Robotics has been traditionally considered as one of the topics of Artificial Intelligence. On the other hand, most industrial robots need not be particularly intelligent. They can be very useful even when they just can realise planned trajectories. However, mobile robots are dealing with the noisy, ultimately complex and dynamic real world, as it is, not just virtual world, which can be planned, implemented and managed according the needs of the designer. Design principles in the classical Artificial Intelligence, Physical Symbol Systems Hypothesis, goal based design (goal and knowledge, plan, action), modularity, traditional sense-think-act cycle, central information processing architecture and top down design, have turned out to be quite insufficient in connection of building mobile robots for natural environment. Classical AI systems lack robustness and real generalisation capabilities and ability to operate in real time needed in robotics. The operation of classical AI systems is model based. The more comprehensive the more detailed is the model, the more strongly the robotic agent is going to be affected by the frame problem (how can a model of a continuously changing world be kept in tune with the real world) and the symbol grounding problem (the symbol mappings in AI programs are grounded in the human's experience of her/his interaction with the real world; in the case of autonomous robot there is no human operator, the meaning of the symbols must be grounded in the systems own interaction with the real world). In sensor information processing and perception, there are problems in robotics context, which cannot be solved just by adding more MIPS.

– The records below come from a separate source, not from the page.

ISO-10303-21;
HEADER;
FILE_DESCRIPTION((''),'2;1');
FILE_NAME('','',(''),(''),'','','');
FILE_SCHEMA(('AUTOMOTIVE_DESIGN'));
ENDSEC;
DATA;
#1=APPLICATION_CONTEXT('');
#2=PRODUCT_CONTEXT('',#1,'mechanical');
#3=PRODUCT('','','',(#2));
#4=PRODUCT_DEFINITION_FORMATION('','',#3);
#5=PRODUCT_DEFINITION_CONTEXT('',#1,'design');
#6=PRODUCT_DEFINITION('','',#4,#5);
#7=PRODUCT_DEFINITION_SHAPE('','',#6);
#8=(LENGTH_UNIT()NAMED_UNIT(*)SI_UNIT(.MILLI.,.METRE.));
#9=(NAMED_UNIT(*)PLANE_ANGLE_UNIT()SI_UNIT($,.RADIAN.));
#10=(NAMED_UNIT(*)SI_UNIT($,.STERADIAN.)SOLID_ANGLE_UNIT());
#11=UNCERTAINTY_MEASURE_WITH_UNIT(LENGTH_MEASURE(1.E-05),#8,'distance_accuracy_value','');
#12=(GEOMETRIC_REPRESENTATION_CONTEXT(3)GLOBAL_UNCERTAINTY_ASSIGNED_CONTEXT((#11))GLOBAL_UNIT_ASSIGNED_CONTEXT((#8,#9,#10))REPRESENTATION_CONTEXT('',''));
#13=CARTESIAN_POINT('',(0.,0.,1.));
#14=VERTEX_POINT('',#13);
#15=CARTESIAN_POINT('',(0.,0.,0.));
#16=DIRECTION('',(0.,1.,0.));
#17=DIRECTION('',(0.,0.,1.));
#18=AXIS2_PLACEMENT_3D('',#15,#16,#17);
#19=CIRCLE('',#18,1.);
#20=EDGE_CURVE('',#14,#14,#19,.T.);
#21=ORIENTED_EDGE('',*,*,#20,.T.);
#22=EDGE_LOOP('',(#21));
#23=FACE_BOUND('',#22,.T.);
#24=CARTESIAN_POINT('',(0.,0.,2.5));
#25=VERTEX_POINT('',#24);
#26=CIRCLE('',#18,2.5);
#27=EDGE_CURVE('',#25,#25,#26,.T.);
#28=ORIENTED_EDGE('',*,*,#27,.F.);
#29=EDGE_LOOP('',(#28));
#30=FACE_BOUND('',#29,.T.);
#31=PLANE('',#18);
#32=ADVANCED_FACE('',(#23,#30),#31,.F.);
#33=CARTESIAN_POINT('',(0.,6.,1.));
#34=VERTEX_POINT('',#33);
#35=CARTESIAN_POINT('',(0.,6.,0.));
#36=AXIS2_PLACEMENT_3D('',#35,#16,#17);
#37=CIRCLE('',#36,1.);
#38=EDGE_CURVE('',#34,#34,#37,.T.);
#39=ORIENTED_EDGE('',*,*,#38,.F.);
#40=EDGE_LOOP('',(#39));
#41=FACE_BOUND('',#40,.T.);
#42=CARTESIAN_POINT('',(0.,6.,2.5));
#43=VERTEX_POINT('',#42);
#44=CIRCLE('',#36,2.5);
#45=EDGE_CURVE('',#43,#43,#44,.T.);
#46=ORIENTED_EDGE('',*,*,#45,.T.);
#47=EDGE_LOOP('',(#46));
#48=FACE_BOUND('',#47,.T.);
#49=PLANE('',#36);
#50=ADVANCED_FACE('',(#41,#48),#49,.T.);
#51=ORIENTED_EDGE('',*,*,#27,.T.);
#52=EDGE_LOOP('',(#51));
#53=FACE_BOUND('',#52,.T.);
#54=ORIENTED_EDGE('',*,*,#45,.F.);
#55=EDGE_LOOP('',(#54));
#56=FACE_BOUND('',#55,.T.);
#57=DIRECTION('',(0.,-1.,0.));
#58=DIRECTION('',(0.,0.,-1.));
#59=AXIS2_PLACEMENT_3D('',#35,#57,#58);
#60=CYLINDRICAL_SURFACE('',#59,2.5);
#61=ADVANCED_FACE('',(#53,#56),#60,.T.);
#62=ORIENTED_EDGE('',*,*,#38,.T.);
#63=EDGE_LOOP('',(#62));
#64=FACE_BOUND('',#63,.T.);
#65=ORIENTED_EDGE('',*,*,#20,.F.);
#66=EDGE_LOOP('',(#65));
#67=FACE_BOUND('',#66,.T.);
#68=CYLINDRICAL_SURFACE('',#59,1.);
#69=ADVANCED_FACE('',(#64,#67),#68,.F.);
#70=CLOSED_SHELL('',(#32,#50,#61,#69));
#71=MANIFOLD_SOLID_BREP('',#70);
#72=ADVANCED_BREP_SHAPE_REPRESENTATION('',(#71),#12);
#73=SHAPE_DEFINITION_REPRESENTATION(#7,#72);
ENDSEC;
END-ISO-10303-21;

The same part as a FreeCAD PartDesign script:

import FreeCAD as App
import Part
import Sketcher
from FreeCAD import Vector

doc = App.newDocument("Part")
params = doc.addObject("Spreadsheet::Sheet", "Params")
for row, (alias, value) in enumerate([
    ("sketch1_diameter", "5 mm"),
    ("sketch1_diameter2", "2 mm"),
    ("pad1_length", "6 mm"),
], start=1):
    params.set(f"A{row}", alias)
    params.set(f"B{row}", "=" + value)
    params.setAlias(f"B{row}", alias)

body = doc.addObject("PartDesign::Body", "Body")

# Sketch on XZ plane
sketch1 = body.newObject("Sketcher::SketchObject", "Sketch")
sketch1.AttachmentSupport = (doc.getObject("XZ_Plane"), [""])
sketch1.MapMode = "FlatFace"
sketch1.addGeometry([
    Part.Circle(Vector(0, 0, 0), Vector(0, 0, 1), 2.5),
    Part.Circle(Vector(0, 0, 0), Vector(0, 0, 1), 1),
], False)
sketch1.addConstraint([
    Sketcher.Constraint("Coincident", 0, 3, -1, 1),
    Sketcher.Constraint("Coincident", 1, 3, -1, 1),
    Sketcher.Constraint("Diameter", 0, 5.0),
    Sketcher.Constraint("Diameter", 1, 2.0),
])
sketch1.setExpression("Constraints[2]", "Params.sketch1_diameter")
sketch1.setExpression("Constraints[3]", "Params.sketch1_diameter2")
pad1 = body.newObject("PartDesign::Pad", "Pad")
pad1.Profile = sketch1
pad1.setExpression("Length", "Params.pad1_length")
pad1.Reversed = True

doc.recompute()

New methodologies for designing intelligent robotic systems have been developed. A new field has grown around the study of behavior based intelligence, also known as embodied cognitive science. The crucial difference is that instead of performing extensive inference operations on internal model or representations, the robot can interact with the current situation. It can merely look at the real world through its sensors. The world is its best model. This approach has proved to be very useful, but many problems are still unsolved. New insights are needed.
Biological creatures have excellent sensor processing and motion control properties and very efficient learning of internal representations through evolution process, which may provide interesting bases for engineering solutions, too. On the basis of studies in biomechanics, neuroscience and biologically oriented neural networks these functions and mechanisms can be partly understood and explained. On the other hand, cognitive psychology can to some degree explain how humans recognise, analyse and organise their environment. In animals and humans, these functions and mechanisms are tightly combined and the same nervous system, although it is hierarchical, can do these all functions. It is very likely that there are the same basic neural structures and mechanisms, initially emerged for efficient sensorimotor functions, but which are flexible enough for higher cognition functions emerged in humans and in other animals. The research on neural mechanisms has maybe concentrated too much on perception only. By taking into account also the related motor actions, the neural systems can be understood better.
The main scientific objective of the proposed seminar is to adapt to practical mobile robotics, in tight interaction between partners representing different disciplines and paradigms, research results both on (I) lower level sensorimotor neural control mechanisms, (II) higher level dynamic perception principles and (III) higher level cognitive functions and mechanism. The main objective is to find common representations and mechanisms for all these tightly combined functions.